O Chile, país que tem em Gabriel Boric seu presidente mais esquerdista em décadas, acaba de deixar a chave da reforma constitucional que tanto busca nas mãos da direita.
O Partido Republicano de José Antonio Kast, líder da direita radical derrotado por Boric em 2021, obteve nas eleições de domingo 22 das 51 cadeiras do Conselho Constitucional que deve elaborar uma nova Carta Magna para o país.
Com isso, o grupo de Kast garante o poder de veto dentro do órgão e a possibilidade de se aliar à tradicional direita chilena, que terá 11 assentos, para promover uma nova Constituição a ser submetida a referendo em dezembro
“ É um paradoxo: eles sempre foram contra o processo constitucional e hoje têm a oportunidade de escrever a Constituição que quiserem”, disse Claudia Heiss, chefe do programa de ciência política da Escola de Governo da Universidade do Chile, em entrevista à BBC News Mundo.”
E adverte que isso representa um grande desafio não só para o governo de Boric, cuja coalizão de esquerda obteve 17 vereadores (menos dos 21 que lhe dariam o poder de veto na Constituinte), mas para todo o sistema político chileno.
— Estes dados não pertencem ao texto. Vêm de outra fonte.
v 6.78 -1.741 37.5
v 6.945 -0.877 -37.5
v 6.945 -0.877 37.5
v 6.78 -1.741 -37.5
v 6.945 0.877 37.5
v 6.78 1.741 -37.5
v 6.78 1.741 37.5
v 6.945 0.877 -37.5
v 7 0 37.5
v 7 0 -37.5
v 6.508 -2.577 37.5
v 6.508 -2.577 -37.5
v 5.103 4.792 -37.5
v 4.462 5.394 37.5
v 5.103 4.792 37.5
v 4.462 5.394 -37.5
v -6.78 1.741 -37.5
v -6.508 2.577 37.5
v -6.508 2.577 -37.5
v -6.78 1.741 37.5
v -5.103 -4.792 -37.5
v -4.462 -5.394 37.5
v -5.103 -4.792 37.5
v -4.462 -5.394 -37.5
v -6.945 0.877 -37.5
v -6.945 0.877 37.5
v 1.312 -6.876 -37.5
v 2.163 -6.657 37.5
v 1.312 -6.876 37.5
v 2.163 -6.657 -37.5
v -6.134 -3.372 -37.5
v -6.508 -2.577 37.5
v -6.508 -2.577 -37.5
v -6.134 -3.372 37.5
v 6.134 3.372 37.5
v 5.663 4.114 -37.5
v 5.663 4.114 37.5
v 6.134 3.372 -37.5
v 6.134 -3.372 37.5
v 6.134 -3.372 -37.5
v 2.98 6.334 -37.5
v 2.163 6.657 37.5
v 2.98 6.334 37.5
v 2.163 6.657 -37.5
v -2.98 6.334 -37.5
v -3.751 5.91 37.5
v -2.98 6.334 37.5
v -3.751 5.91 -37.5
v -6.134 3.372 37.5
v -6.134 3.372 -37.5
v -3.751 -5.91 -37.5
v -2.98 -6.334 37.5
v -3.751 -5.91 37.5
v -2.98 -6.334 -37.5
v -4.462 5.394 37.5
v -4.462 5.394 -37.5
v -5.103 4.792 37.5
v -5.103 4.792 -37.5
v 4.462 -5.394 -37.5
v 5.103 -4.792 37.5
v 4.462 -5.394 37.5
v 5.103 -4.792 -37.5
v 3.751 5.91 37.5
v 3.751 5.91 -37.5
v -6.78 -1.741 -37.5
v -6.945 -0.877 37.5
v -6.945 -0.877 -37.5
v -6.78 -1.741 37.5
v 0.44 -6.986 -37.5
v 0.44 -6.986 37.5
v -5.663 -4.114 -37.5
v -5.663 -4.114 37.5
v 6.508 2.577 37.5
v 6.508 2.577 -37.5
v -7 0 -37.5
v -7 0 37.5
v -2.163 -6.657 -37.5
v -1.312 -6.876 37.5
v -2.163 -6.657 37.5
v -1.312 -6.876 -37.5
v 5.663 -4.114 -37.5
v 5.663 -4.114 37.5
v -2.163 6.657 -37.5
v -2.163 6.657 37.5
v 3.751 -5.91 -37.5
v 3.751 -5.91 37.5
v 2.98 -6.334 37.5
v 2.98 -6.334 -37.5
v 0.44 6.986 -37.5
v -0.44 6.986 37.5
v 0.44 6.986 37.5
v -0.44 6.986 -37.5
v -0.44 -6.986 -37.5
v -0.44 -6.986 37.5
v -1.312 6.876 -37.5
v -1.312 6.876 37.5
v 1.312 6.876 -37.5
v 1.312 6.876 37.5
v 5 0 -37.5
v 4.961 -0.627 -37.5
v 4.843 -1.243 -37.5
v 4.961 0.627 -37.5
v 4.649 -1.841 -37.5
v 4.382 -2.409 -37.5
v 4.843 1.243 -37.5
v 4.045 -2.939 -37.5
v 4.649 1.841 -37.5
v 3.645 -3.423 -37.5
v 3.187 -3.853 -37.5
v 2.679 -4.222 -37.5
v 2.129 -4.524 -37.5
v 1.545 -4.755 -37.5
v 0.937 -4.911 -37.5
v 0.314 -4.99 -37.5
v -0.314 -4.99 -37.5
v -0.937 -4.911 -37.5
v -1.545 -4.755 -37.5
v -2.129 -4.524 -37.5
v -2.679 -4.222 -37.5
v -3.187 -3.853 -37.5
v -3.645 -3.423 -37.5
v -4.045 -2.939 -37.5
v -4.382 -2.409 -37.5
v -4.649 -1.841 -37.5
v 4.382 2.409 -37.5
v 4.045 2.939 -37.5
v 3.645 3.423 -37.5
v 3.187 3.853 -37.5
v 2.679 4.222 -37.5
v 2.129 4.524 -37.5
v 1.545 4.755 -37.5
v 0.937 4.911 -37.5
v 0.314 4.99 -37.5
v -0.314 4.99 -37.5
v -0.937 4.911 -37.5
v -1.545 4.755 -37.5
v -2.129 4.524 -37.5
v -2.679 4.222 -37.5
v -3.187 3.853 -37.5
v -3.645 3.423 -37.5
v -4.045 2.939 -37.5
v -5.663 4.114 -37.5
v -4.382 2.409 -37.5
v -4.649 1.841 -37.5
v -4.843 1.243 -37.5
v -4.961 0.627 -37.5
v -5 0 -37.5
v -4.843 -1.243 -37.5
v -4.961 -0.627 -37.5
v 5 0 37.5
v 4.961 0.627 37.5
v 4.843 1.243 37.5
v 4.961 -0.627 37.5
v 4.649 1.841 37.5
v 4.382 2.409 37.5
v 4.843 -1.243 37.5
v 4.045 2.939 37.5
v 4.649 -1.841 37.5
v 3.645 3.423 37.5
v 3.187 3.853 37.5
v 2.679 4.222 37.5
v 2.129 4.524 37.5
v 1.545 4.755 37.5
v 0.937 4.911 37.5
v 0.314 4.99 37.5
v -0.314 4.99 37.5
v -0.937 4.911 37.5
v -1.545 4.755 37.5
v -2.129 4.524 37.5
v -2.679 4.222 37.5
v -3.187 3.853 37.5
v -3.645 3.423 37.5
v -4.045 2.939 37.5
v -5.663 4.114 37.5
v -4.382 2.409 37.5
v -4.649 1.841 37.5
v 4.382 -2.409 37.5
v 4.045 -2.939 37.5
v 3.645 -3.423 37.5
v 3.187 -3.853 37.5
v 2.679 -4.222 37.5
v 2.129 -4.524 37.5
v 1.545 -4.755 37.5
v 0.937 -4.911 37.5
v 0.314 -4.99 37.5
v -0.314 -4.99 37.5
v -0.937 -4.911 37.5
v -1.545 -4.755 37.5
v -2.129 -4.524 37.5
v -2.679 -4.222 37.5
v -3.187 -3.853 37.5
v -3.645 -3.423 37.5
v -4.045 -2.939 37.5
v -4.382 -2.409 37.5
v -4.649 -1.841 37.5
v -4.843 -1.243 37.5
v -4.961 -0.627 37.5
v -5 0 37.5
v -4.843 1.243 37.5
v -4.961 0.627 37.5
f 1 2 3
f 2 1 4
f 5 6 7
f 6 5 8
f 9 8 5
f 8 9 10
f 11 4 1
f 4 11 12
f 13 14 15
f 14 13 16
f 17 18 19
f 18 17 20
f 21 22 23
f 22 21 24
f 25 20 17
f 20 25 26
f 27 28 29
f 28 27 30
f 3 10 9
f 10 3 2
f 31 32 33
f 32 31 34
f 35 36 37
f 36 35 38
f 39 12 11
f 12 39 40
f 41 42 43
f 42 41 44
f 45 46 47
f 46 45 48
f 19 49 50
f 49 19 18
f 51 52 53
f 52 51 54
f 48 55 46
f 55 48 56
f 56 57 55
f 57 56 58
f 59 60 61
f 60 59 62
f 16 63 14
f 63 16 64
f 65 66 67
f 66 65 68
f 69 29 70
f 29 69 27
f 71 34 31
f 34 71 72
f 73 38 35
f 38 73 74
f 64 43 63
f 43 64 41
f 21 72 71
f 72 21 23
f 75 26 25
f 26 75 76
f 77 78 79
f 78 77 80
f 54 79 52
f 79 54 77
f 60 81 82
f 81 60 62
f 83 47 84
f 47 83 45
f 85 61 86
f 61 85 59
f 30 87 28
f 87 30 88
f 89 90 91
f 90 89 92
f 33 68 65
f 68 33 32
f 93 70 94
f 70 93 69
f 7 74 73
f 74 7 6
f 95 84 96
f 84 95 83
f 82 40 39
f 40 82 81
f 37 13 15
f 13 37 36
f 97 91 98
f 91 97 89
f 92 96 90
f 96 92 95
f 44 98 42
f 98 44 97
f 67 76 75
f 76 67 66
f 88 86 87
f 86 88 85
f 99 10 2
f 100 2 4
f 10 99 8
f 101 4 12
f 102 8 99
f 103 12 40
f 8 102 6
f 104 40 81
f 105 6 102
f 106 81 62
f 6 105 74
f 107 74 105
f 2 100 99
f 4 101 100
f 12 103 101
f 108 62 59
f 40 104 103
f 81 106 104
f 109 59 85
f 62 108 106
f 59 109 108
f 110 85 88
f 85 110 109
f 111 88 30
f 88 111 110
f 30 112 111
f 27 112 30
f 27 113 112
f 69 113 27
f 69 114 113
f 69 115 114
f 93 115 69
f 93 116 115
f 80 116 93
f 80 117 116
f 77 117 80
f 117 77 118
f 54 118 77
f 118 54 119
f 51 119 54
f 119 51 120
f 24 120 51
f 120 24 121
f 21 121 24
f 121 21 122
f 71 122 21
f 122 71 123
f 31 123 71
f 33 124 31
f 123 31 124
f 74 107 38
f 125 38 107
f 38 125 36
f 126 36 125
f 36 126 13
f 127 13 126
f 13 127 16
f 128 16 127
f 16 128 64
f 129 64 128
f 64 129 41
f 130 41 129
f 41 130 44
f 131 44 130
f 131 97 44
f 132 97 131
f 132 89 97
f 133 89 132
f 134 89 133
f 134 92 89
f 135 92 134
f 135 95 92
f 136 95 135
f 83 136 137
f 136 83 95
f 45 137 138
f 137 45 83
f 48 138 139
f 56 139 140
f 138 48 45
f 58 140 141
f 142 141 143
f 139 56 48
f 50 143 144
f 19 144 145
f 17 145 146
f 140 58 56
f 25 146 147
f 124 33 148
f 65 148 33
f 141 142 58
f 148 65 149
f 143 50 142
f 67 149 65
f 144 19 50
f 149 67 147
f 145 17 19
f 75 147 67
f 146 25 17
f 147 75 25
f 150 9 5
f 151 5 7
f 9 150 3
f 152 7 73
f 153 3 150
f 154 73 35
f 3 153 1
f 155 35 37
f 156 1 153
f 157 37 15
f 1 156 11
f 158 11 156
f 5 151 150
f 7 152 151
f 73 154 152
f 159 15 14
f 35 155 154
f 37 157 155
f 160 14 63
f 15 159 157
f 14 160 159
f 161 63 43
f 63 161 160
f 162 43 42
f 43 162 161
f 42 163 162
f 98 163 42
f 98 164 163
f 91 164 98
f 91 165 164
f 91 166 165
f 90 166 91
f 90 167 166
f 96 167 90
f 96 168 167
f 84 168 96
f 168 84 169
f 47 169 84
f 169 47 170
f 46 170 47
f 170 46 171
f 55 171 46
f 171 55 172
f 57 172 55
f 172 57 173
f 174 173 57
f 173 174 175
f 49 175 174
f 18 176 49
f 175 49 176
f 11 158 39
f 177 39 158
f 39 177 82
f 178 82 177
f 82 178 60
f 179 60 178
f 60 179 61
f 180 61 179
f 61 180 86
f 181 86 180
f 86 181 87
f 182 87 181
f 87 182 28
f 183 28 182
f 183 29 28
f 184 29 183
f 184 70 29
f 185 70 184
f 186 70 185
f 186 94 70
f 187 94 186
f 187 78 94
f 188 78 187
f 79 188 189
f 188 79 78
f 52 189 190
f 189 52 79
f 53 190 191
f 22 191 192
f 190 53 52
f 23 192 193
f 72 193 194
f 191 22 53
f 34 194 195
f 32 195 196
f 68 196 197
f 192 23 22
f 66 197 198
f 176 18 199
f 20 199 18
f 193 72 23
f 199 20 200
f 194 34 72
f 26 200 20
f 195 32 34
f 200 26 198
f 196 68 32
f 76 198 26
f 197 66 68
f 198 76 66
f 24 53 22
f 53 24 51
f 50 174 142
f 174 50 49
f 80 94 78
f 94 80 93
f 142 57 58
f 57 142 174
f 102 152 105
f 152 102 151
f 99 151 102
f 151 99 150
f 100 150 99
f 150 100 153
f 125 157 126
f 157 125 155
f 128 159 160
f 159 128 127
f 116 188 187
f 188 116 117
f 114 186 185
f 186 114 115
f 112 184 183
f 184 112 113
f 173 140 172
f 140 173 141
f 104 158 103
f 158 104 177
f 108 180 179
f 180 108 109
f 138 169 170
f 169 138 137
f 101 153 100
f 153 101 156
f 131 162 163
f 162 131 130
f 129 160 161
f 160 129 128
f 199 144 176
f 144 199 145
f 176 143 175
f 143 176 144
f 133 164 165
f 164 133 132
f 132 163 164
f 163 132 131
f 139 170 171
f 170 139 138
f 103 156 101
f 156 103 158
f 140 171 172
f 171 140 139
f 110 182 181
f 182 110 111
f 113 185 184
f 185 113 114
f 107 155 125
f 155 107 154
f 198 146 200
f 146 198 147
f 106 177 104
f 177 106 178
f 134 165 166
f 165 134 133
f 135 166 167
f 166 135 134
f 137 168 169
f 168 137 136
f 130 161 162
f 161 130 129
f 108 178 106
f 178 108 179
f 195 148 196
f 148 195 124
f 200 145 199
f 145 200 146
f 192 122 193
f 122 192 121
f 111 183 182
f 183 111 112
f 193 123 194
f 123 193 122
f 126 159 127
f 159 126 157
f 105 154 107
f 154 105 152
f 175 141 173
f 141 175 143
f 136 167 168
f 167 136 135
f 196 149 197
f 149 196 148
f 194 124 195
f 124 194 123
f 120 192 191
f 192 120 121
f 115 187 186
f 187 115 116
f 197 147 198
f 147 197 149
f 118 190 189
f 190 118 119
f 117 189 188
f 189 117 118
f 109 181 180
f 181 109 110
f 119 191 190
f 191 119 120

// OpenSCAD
$fn = 50;


difference() {
	union() {
		translate(v = [0, 0, -37.5000000000]) {
			cylinder(h = 75, r = 7.0000000000);
		}
	}
	union() {
		translate(v = [0, 0, -100.0000000000]) {
			cylinder(h = 200, r = 5.0000000000);
		}
	}
}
Confira a seguire os principais trechos da entrevista:
BBC News Mundo – Qual leitura você faz da eleição do novo conselho constitucional do Chile no domingo?
Claudia Heiss – Há uma leitura: que há um voto de uma reação muito dura contra as agendas de mudança, da incerteza que foi semeada do processo constituinte anterior, de um contexto de crise econômica, de crise de segurança pública, de crise migratória que veio junto com toda aquela forte onda reformista.
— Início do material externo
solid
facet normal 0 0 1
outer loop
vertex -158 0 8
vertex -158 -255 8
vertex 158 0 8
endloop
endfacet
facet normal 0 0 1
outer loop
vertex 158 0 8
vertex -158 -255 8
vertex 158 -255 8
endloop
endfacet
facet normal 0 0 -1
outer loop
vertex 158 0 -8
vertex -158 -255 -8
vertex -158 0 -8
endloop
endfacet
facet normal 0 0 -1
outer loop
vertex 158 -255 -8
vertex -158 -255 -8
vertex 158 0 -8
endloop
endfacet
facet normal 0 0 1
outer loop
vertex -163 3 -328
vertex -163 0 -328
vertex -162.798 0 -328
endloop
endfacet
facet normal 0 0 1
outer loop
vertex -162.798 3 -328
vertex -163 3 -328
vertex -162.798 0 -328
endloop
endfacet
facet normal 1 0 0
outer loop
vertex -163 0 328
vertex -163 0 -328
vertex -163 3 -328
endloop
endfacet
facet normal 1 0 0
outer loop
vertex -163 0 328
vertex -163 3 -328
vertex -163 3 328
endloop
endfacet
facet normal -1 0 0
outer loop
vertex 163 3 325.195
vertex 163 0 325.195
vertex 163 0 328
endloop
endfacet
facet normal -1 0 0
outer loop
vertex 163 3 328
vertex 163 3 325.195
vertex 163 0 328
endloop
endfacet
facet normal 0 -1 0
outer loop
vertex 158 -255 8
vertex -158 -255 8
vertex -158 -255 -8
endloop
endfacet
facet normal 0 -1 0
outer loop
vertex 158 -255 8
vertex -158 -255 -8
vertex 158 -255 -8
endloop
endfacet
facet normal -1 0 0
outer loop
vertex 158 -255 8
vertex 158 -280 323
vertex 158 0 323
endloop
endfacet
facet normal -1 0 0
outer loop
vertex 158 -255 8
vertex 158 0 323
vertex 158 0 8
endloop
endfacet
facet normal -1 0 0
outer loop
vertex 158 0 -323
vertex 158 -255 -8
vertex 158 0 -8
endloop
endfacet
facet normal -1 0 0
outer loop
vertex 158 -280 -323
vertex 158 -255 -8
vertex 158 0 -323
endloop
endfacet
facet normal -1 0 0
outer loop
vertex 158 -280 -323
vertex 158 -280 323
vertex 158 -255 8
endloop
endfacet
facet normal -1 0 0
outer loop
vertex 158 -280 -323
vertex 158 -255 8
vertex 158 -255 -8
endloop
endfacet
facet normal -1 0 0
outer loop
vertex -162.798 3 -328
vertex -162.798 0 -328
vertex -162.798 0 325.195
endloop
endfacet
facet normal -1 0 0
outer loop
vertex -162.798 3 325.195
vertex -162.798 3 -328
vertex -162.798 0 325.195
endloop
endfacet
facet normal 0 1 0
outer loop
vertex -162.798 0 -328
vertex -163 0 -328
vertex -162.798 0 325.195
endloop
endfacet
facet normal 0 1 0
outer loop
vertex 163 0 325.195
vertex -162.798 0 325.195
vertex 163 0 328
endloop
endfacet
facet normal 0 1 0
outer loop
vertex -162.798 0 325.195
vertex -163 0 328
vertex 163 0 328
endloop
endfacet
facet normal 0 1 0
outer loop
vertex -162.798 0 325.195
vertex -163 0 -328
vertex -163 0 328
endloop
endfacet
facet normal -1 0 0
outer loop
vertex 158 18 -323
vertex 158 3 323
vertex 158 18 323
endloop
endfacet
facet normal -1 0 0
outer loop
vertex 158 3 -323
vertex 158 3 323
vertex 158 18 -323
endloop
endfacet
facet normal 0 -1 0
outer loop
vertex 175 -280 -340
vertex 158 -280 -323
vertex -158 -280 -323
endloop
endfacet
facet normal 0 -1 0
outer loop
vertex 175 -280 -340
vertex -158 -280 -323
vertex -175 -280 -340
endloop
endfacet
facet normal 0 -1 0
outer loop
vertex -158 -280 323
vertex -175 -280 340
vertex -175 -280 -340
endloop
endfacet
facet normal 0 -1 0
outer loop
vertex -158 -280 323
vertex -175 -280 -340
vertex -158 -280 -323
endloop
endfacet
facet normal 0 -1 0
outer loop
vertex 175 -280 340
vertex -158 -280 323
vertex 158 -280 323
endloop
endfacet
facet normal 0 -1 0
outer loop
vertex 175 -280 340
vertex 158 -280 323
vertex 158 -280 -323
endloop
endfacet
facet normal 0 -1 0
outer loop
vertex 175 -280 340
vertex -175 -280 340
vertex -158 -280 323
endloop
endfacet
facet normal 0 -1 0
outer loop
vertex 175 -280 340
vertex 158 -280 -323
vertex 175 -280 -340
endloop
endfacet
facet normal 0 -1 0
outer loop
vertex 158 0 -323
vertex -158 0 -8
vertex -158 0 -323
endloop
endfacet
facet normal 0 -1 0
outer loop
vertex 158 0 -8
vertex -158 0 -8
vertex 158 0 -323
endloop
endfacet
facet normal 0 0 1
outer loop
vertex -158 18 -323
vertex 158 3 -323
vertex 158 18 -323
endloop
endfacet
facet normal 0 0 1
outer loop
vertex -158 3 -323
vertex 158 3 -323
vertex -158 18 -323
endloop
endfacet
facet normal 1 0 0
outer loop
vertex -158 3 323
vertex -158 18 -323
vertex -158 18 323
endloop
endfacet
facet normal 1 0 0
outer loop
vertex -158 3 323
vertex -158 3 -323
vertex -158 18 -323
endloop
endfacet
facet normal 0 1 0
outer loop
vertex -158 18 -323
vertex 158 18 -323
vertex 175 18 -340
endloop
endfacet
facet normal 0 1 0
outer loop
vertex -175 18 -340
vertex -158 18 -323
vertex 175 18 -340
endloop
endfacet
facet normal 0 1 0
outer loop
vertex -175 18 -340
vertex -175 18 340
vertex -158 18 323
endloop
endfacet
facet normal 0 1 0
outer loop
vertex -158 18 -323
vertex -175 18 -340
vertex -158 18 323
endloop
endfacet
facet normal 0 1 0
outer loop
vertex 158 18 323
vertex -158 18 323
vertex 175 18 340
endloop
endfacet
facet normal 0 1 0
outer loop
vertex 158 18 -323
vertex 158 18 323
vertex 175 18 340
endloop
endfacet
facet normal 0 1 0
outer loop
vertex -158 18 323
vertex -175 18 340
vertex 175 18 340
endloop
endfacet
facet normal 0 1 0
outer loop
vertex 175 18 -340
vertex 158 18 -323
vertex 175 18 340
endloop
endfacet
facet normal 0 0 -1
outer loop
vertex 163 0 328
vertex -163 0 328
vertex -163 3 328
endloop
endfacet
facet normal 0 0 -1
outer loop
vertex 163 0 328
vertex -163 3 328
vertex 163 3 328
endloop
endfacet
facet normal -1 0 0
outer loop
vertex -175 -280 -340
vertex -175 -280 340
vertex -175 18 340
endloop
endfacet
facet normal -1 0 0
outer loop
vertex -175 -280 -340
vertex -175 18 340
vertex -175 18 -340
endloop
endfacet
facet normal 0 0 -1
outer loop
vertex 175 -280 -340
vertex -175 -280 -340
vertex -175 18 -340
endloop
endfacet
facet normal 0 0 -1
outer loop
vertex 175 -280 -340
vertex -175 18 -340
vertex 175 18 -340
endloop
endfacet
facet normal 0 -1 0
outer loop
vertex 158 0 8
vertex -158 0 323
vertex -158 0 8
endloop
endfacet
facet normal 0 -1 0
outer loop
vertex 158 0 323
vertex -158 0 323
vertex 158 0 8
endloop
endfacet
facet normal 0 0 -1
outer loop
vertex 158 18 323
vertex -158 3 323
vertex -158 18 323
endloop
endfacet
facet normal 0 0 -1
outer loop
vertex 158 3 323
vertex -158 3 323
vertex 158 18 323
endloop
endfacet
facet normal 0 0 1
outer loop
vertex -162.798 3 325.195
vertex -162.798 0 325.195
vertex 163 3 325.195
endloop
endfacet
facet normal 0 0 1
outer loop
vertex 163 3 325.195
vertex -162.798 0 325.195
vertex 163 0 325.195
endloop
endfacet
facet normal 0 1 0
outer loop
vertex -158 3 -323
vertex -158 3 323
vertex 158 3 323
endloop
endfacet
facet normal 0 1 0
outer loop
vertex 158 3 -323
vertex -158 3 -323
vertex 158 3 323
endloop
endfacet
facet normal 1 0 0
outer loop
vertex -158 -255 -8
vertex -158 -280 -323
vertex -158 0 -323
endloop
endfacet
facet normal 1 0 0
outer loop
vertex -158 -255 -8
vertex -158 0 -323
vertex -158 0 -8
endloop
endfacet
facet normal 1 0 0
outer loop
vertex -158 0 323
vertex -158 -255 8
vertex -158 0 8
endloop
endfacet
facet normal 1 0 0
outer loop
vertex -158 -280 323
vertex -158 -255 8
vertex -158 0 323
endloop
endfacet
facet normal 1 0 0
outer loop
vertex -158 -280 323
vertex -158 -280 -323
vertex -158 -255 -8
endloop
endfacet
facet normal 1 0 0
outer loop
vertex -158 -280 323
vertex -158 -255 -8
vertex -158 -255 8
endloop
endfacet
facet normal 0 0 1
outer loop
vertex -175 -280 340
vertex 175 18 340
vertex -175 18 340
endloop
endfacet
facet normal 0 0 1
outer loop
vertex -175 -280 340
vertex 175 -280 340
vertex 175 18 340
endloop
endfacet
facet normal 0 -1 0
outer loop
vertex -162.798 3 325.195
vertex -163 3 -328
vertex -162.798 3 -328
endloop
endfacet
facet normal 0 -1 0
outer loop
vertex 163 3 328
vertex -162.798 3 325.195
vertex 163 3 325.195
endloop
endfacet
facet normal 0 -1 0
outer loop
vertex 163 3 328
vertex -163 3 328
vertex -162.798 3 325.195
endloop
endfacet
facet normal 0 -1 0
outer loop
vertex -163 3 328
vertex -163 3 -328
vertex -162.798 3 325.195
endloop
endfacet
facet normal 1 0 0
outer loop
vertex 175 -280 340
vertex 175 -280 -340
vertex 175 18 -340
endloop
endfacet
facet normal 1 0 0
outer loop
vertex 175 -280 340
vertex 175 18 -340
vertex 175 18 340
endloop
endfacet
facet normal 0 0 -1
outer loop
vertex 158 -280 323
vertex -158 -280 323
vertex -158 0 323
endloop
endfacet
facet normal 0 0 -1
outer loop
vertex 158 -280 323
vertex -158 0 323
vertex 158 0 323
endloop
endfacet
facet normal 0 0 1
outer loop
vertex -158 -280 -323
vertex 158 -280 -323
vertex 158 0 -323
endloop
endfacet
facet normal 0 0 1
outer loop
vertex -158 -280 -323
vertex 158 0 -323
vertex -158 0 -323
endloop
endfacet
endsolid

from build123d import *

# Parameters (mm, degrees)
F0_W          = 316
F0_H          = 16
F1_DEPTH      = 280
F1_DEPTH_BACK = 18
F2_W          = 316
F2_H          = 25
F3_DEPTH      = 16
F4_W          = 316
F4_H          = 18
F5_DEPTH      = 16
F6_W          = 326
F6_H          = 656
F7_DEPTH      = 3
F8_W          = 326
F8_H          = 656
F9_DEPTH      = 3


with BuildPart() as f1:
    # F0 (on Front) → F1 (new body, two sides)
    with BuildSketch(Plane.XZ) as f1_sk:
        Polygon((0, 340), (-175, 340), (-158, 323), (0, 323), (158, 323), (175, 340), align=None)
        Polygon((-158, -323), (-175, -340), (0, -340), (175, -340), (158, -323), (0, -323), align=None)
        Polygon((-158, 323), (-175, 340), (-175, -340), (-158, -323), (-158, -8), (-158, 8), align=None)
        Polygon((175, -340), (175, 340), (158, 323), (158, 8), (158, -8), (158, -323), align=None)
        Rectangle(F0_W, F0_H)
    extrude(amount=F1_DEPTH)
    extrude(f1_sk.sketch, amount=-F1_DEPTH_BACK)

    # F2 (on face) → F3 (cut)
    with BuildSketch(Plane.XY.offset(8)):
        with Locations((0, -267.5)):
            Rectangle(F2_W, F2_H)
    extrude(amount=-F3_DEPTH, mode=Mode.SUBTRACT)

    # F4 (on face) → F5 (cut)
    with BuildSketch(Plane(origin=(0, 0, -8), x_dir=(1, 0, 0), z_dir=(0, 0, -1))):
        with Locations((0, -9)):
            Rectangle(F4_W, F4_H)
    extrude(amount=-F5_DEPTH, mode=Mode.SUBTRACT)

    # F6 (on Front) → F7 (cut)
    with BuildSketch(Plane.XZ):
        Rectangle(F6_W, F6_H)
    extrude(amount=-F7_DEPTH, mode=Mode.SUBTRACT)

    # F8 (on Front) → F9 (join)
    with BuildSketch(Plane.XZ):
        with Locations((0.202316, -2.805007)):
            Rectangle(F8_W, F8_H)
    extrude(amount=-F9_DEPTH)


solid = f1.part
Tem havido um movimento pendular de busca de novos atores na política, mais na esquerda e nas organizações sociais, para uma mudança também para grupos vistos como externos ao sistema político, mas pertencentes à extrema direita.
BBC – É um paradoxo que um setor cujo líder, José Antonio Kast, se opôs à mudança na Constituição possa agora ter a chave dessa mudança?
Heiss – Sim, é um paradoxo: sempre foram contra o processo constituinte e hoje têm a oportunidade de fazer a Constituição que quiserem.
Ou seja, apenas o Partido Republicano com seus 22 votos pode vetar as normas. Mas também, em aliança com os partidos de direita, eles poderiam realmente escrever uma Constituição quase como se fossem a Comissão Ortúzar (estabelecida durante o regime de Augusto Pinochet para criar o projeto da Constituição de 1980).
Uma análise agora é que Kast e os republicanos sempre visaram deslegitimar todo o processo e, no entanto, hoje estão no comando do processo.
Resta saber como se resolverá este paradoxo e se talvez tenham de pagar algum custo por estarem à frente deste novo processo constituinte.
BBC – Isso significa que a próxima Constituição chilena será igual ou mais conservadora que a atual?
Heiss – Eu diria que sim, é mais provável.
Resta saber se haverá algum tipo de abertura, mas vejo como improvável dada a composição do corpo constituinte.